Stored items
====================

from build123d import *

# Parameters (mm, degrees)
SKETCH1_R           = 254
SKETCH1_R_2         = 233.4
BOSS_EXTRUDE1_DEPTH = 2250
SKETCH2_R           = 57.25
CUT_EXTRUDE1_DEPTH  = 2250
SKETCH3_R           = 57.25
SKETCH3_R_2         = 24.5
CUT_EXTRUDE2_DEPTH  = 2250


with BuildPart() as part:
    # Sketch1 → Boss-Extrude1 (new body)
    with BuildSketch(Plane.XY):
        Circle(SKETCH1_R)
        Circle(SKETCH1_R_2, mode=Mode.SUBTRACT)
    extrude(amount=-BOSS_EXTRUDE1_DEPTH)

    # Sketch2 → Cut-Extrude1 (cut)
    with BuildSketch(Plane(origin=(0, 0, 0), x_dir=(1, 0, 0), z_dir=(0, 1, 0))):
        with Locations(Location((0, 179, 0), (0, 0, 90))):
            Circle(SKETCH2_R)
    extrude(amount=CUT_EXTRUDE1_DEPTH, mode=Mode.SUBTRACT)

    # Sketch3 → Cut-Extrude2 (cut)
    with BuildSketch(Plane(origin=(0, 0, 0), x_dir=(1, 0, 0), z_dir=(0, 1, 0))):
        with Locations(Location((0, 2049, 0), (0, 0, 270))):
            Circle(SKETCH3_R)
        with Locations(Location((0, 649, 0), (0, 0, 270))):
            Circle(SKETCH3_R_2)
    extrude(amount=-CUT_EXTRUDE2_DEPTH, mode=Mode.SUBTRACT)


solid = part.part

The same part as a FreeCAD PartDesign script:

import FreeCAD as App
import Part
import Sketcher
from FreeCAD import Vector

doc = App.newDocument("Part")
body = doc.addObject("PartDesign::Body", "Body")

# Sketch on XY plane
sketch1 = body.newObject("Sketcher::SketchObject", "Sketch")
sketch1.AttachmentSupport = (doc.getObject("XY_Plane"), [""])
sketch1.MapMode = "FlatFace"
sketch1.addGeometry([
    Part.Circle(Vector(0, 0, 0), Vector(0, 0, 1), 254),
    Part.Circle(Vector(0, 0, 0), Vector(0, 0, 1), 233),
], False)
sketch1.addConstraint([
    Sketcher.Constraint("Coincident", 0, 3, -1, 1),
    Sketcher.Constraint("Coincident", 1, 3, -1, 1),
    Sketcher.Constraint("Diameter", 0, 508.0),
    Sketcher.Constraint("Diameter", 1, 466.8),
])
pad1 = body.newObject("PartDesign::Pad", "Pad")
pad1.Profile = sketch1
pad1.Length = 2250
pad1.Reversed = True

# Sketch on XZ plane
sketch2 = body.newObject("Sketcher::SketchObject", "Sketch001")
sketch2.AttachmentSupport = (doc.getObject("XZ_Plane"), [""])
sketch2.MapMode = "FlatFace"
sketch2.addGeometry(Part.Circle(Vector(0, -179, 0), Vector(0, 0, 1), 57), False)
sketch2.addConstraint([
    Sketcher.Constraint("PointOnObject", 0, 3, -2),
    Sketcher.Constraint("Diameter", 0, 114.5),
    Sketcher.Constraint("DistanceY", 0, 3, -1, 1, 179.0),
])
pocket1 = body.newObject("PartDesign::Pocket", "Pocket")
pocket1.Profile = sketch2
pocket1.Length = 2250

# Sketch on XZ plane
sketch3 = body.newObject("Sketcher::SketchObject", "Sketch002")
sketch3.AttachmentSupport = (doc.getObject("XZ_Plane"), [""])
sketch3.MapMode = "FlatFace"
sketch3.addGeometry([
    Part.Circle(Vector(0, -2049, 0), Vector(0, 0, 1), 57),
    Part.Circle(Vector(0, -649, 0), Vector(0, 0, 1), 24),
], False)
sketch3.addConstraint([
    Sketcher.Constraint("PointOnObject", 0, 3, -2),
    Sketcher.Constraint("PointOnObject", 1, 3, -2),
    Sketcher.Constraint("Diameter", 1, 49.0),
    Sketcher.Constraint("Diameter", 0, 114.5),
    Sketcher.Constraint("DistanceY", 0, 3, -1, 1, 2049.0),
    Sketcher.Constraint("DistanceY", 1, 3, -1, 1, 649.0),
])
pocket2 = body.newObject("PartDesign::Pocket", "Pocket001")
pocket2.Profile = sketch3
pocket2.Length = 2250
pocket2.Reversed = True

doc.recompute()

====================

• **PROBLEM TO WORK ON**: Quote every record above exactly.

• **RESULT OF THE EXERCISE**:
from build123d import *

# Parameters (mm, degrees)
SKETCH1_R           = 254
SKETCH1_R_2         = 233.4
BOSS_EXTRUDE1_DEPTH = 2250
SKETCH2_R           = 57.25
CUT_EXTRUDE1_DEPTH  = 2250
SKETCH3_R           = 57.25
SKETCH3_R_2         = 24.5
CUT_EXTRUDE2_DEPTH  = 2250


with BuildPart() as part:
    # Sketch1 → Boss-Extrude1 (new body)
    with BuildSketch(Plane.XY):
        Circle(SKETCH1_R)
        Circle(SKETCH1_R_2, mode=Mode.SUBTRACT)
    extrude(amount=-BOSS_EXTRUDE1_DEPTH)

    # Sketch2 → Cut-Extrude1 (cut)
    with BuildSketch(Plane(origin=(0, 0, 0), x_dir=(1, 0, 0), z_dir=(0, 1, 0))):
        with Locations(Location((0, 179, 0), (0, 0, 90))):
            Circle(SKETCH2_R)
    extrude(amount=CUT_EXTRUDE1_DEPTH, mode=Mode.SUBTRACT)

    # Sketch3 → Cut-Extrude2 (cut)
    with BuildSketch(Plane(origin=(0, 0, 0), x_dir=(1, 0, 0), z_dir=(0, 1, 0))):
        with Locations(Location((0, 2049, 0), (0, 0, 270))):
            Circle(SKETCH3_R)
        with Locations(Location((0, 649, 0), (0, 0, 270))):
            Circle(SKETCH3_R_2)
    extrude(amount=-CUT_EXTRUDE2_DEPTH, mode=Mode.SUBTRACT)


solid = part.part

The same part as a FreeCAD PartDesign script:

import FreeCAD as App
import Part
import Sketcher
from FreeCAD import Vector

doc = App.newDocument("Part")
body = doc.addObject("PartDesign::Body", "Body")

# Sketch on XY plane
sketch1 = body.newObject("Sketcher::SketchObject", "Sketch")
sketch1.AttachmentSupport = (doc.getObject("XY_Plane"), [""])
sketch1.MapMode = "FlatFace"
sketch1.addGeometry([
    Part.Circle(Vector(0, 0, 0), Vector(0, 0, 1), 254),
    Part.Circle(Vector(0, 0, 0), Vector(0, 0, 1), 233),
], False)
sketch1.addConstraint([
    Sketcher.Constraint("Coincident", 0, 3, -1, 1),
    Sketcher.Constraint("Coincident", 1, 3, -1, 1),
    Sketcher.Constraint("Diameter", 0, 508.0),
    Sketcher.Constraint("Diameter", 1, 466.8),
])
pad1 = body.newObject("PartDesign::Pad", "Pad")
pad1.Profile = sketch1
pad1.Length = 2250
pad1.Reversed = True

# Sketch on XZ plane
sketch2 = body.newObject("Sketcher::SketchObject", "Sketch001")
sketch2.AttachmentSupport = (doc.getObject("XZ_Plane"), [""])
sketch2.MapMode = "FlatFace"
sketch2.addGeometry(Part.Circle(Vector(0, -179, 0), Vector(0, 0, 1), 57), False)
sketch2.addConstraint([
    Sketcher.Constraint("PointOnObject", 0, 3, -2),
    Sketcher.Constraint("Diameter", 0, 114.5),
    Sketcher.Constraint("DistanceY", 0, 3, -1, 1, 179.0),
])
pocket1 = body.newObject("PartDesign::Pocket", "Pocket")
pocket1.Profile = sketch2
pocket1.Length = 2250

# Sketch on XZ plane
sketch3 = body.newObject("Sketcher::SketchObject", "Sketch002")
sketch3.AttachmentSupport = (doc.getObject("XZ_Plane"), [""])
sketch3.MapMode = "FlatFace"
sketch3.addGeometry([
    Part.Circle(Vector(0, -2049, 0), Vector(0, 0, 1), 57),
    Part.Circle(Vector(0, -649, 0), Vector(0, 0, 1), 24),
], False)
sketch3.addConstraint([
    Sketcher.Constraint("PointOnObject", 0, 3, -2),
    Sketcher.Constraint("PointOnObject", 1, 3, -2),
    Sketcher.Constraint("Diameter", 1, 49.0),
    Sketcher.Constraint("Diameter", 0, 114.5),
    Sketcher.Constraint("DistanceY", 0, 3, -1, 1, 2049.0),
    Sketcher.Constraint("DistanceY", 1, 3, -1, 1, 649.0),
])
pocket2 = body.newObject("PartDesign::Pocket", "Pocket001")
pocket2.Profile = sketch3
pocket2.Length = 2250
pocket2.Reversed = True

doc.recompute()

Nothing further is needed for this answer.